Saturday, December 16, 2017

`His Sentences Are Like Little Excursions'

Thanks to Barton Swaim for reminding us today is the centenary of Murray Kempton’s birth. Swaim captures the essence of Kempton’s charm, especially for those of us with little or no interest in politics:

“His word choice is never quite what you would have predicted; his sentences are like little excursions, sometimes resolving in the ordinary way, sometimes fading into grammatical uncertainty or trailing off into a marathon dependent clause. It doesn’t always work, but it’s evidence of a mind steadfastly refusing to think or express anything in the usual tired old way.”

That’s close to the lesson I learned incrementally from Kempton. To imitate his prose would be fatal, but the notion of systematically thinking through each sentence, assaying word choice, keeping the rhythm in mind, avoiding the lazy and predictable word or phrase without resorting to cheap tricks – those are the lessons absorbed. Kempton was never afraid to be articulate, despite warning that newspaper subscribers read at the fifth-grade level. His goal was precision, a quality that in itself is elegant. I once worked for a newspaper editor who described Kempton as “flowery” and “too literary.” He preferred Jimmy Breslin. We have grown so accustomed to journalists who are unable to write and do so at great length that Kempton reads like Gibbon.

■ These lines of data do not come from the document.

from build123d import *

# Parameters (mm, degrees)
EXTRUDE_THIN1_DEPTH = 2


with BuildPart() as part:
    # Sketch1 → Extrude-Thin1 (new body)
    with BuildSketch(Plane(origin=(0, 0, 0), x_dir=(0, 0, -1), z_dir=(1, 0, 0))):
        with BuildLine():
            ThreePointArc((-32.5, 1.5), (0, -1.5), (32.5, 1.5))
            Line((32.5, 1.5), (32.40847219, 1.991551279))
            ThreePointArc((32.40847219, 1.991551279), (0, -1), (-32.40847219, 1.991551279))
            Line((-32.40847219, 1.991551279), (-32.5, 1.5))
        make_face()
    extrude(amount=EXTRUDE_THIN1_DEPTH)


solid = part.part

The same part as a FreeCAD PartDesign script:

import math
import FreeCAD as App
import Part
import Sketcher

V = App.Vector

doc = App.newDocument("Part")
body = doc.addObject("PartDesign::Body", "Body")

# Sketch on YZ plane
sketch1 = body.newObject("Sketcher::SketchObject", "Sketch")
sketch1.AttachmentSupport = (doc.getObject("YZ_Plane"), [""])
sketch1.MapMode = "FlatFace"
sketch1.addGeometry(Part.ArcOfCircle(Part.Circle(V(176.041667, 0, 0), V(0, 0, 1), 177.541667), math.radians(169.452208), math.radians(190.547792)), False)
sketch1.addGeometry(Part.LineSegment(V(1.5, -32.5, 0), V(1.991551, -32.408472, 0)), False)
sketch1.addGeometry(Part.ArcOfCircle(Part.Circle(V(176.041667, 0, 0), V(0, 0, 1), 177.041667), math.radians(169.452208), math.radians(190.547792)), False)
sketch1.addGeometry(Part.LineSegment(V(1.991551, 32.408472, 0), V(1.5, 32.5, 0)), False)
sketch1.addConstraint(Sketcher.Constraint("Coincident", 0, 2, 1, 1))
sketch1.addConstraint(Sketcher.Constraint("Coincident", 1, 2, 2, 2))
sketch1.addConstraint(Sketcher.Constraint("Coincident", 2, 1, 3, 1))
sketch1.addConstraint(Sketcher.Constraint("Coincident", 3, 2, 0, 1))
sketch1.addConstraint(Sketcher.Constraint("Coincident", 2, 3, 0, 3))
sketch1.addConstraint(Sketcher.Constraint("Symmetric", 1, 2, 2, 1, -1))
sketch1.addConstraint(Sketcher.Constraint("Vertical", 0, 2, 3, 2))
sketch1.addConstraint(Sketcher.Constraint("DistanceY", 0, 2, 3, 2, 65.0))
sketch1.addConstraint(Sketcher.Constraint("Distance", 1, 0.5))
sketch1.addConstraint(Sketcher.Constraint("DistanceX", -1, 1, 0, 2, 1.5))
sketch1.addConstraint(Sketcher.Constraint("Radius", 0, 177.541667))
sketch1.addConstraint(Sketcher.Constraint("DistanceX", -1, 1, 1, 2, 1.991551))
pad1 = body.newObject("PartDesign::Pad", "Pad")
pad1.Profile = sketch1
pad1.Length = 2

doc.recompute()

Starting in the eighties I clipped and saved Kempton’s three-times-a-week column in Newsday and his occasional pieces in the New York Review of Books. I still have thick stacks of them in a file cabinet. Here is a favorite piece from 1990 on Chekhov, Conrad and the fall of the Soviet Union:

“Chekhov had been dead for eighty-five years when first I took notice of his credentials as an analyst of Soviet society. I had glimpsed his authority earliest when I read `My Life,’ the long story whose protagonist learns that he has been abandoned by his wife in a letter in which she tells him that she has prepared herself to begin again by buying a ring like the one that King David had engraved `All things pass.’

“If I wanted a ring myself,” Chekhov’s hero reflects, “the inscription I should choose would be ‘Nothing passes away.’”

In conclusion Kempton writes:

“The cruelty and indifference of misgovernment explain the bandits of Conrad’s Costaguana, and perhaps the same things explain the FMLN in El Salvador’s hills today. We must look to the novelist if we hope to understand. His is the matter of fact. Social science and intelligence reports are the mere poor stuff of an unadorned imagination.”

Here is Kempton on the pointless question of whether Duke Ellington was “the twentieth century’s greatest composer”:

“There are representative lives and they are generally deplorable. There are also exemplary lives like this one. They are lived without lament or self-pity. They neither meditate alone nor unite with support groups in search of self-esteem. They just build it on the road in the community of work. It is a waste of breath to argue whether Duke Ellington was more or less than Bach or Beethoven or Haydn. All that counts is that he was like them in knowing what matters, and that, when all are dead who heard those horns live, there will be children to discover and hear them again.”

In a column written in the waning days of the 1960 presidential campaign and collected in America Comes of Middle Age: Columns 1950-1962 (1963), Kempton musters sympathy for a dispirited Richard Nixon:

“He is not a man I cherish, but there is in the sight of him the painful recognition that something human somewhere is being cruelly violated and humiliated. The gestures are the gestures of someone trapped five fathoms deep; when he stands on a platform and makes a fist, it is a piece of mush; the forearm no longer jabs for emphasis; it merely flounders. There are the movements of a drowning man.”

Kempton knew Alger Hiss was a liar and Whittaker Chambers was an unfashionable, unphotogenic truth-teller, and wrote movingly of both men in the first chapter of Part of Our Time: Some Ruins and Monuments of the Thirties (1955). Fifteen years later, in his review of Chambers’ letters to his friend William F. Buckley Jr., Kempton not only sympathizes with Chambers but finds amusement in his enigmatic personality:

“Perhaps it was Chambers’s loneliness, the experience of having to begin life again so often as a stranger in new surroundings, which explains his need always to carry the aura of an ambassador from some Other Shore: the Hisses, he says, were drawn to him because they thought him a Russian, which, to the extent that the will could conquer an origin in Lynbrook, L.I., he certainly was and remained.”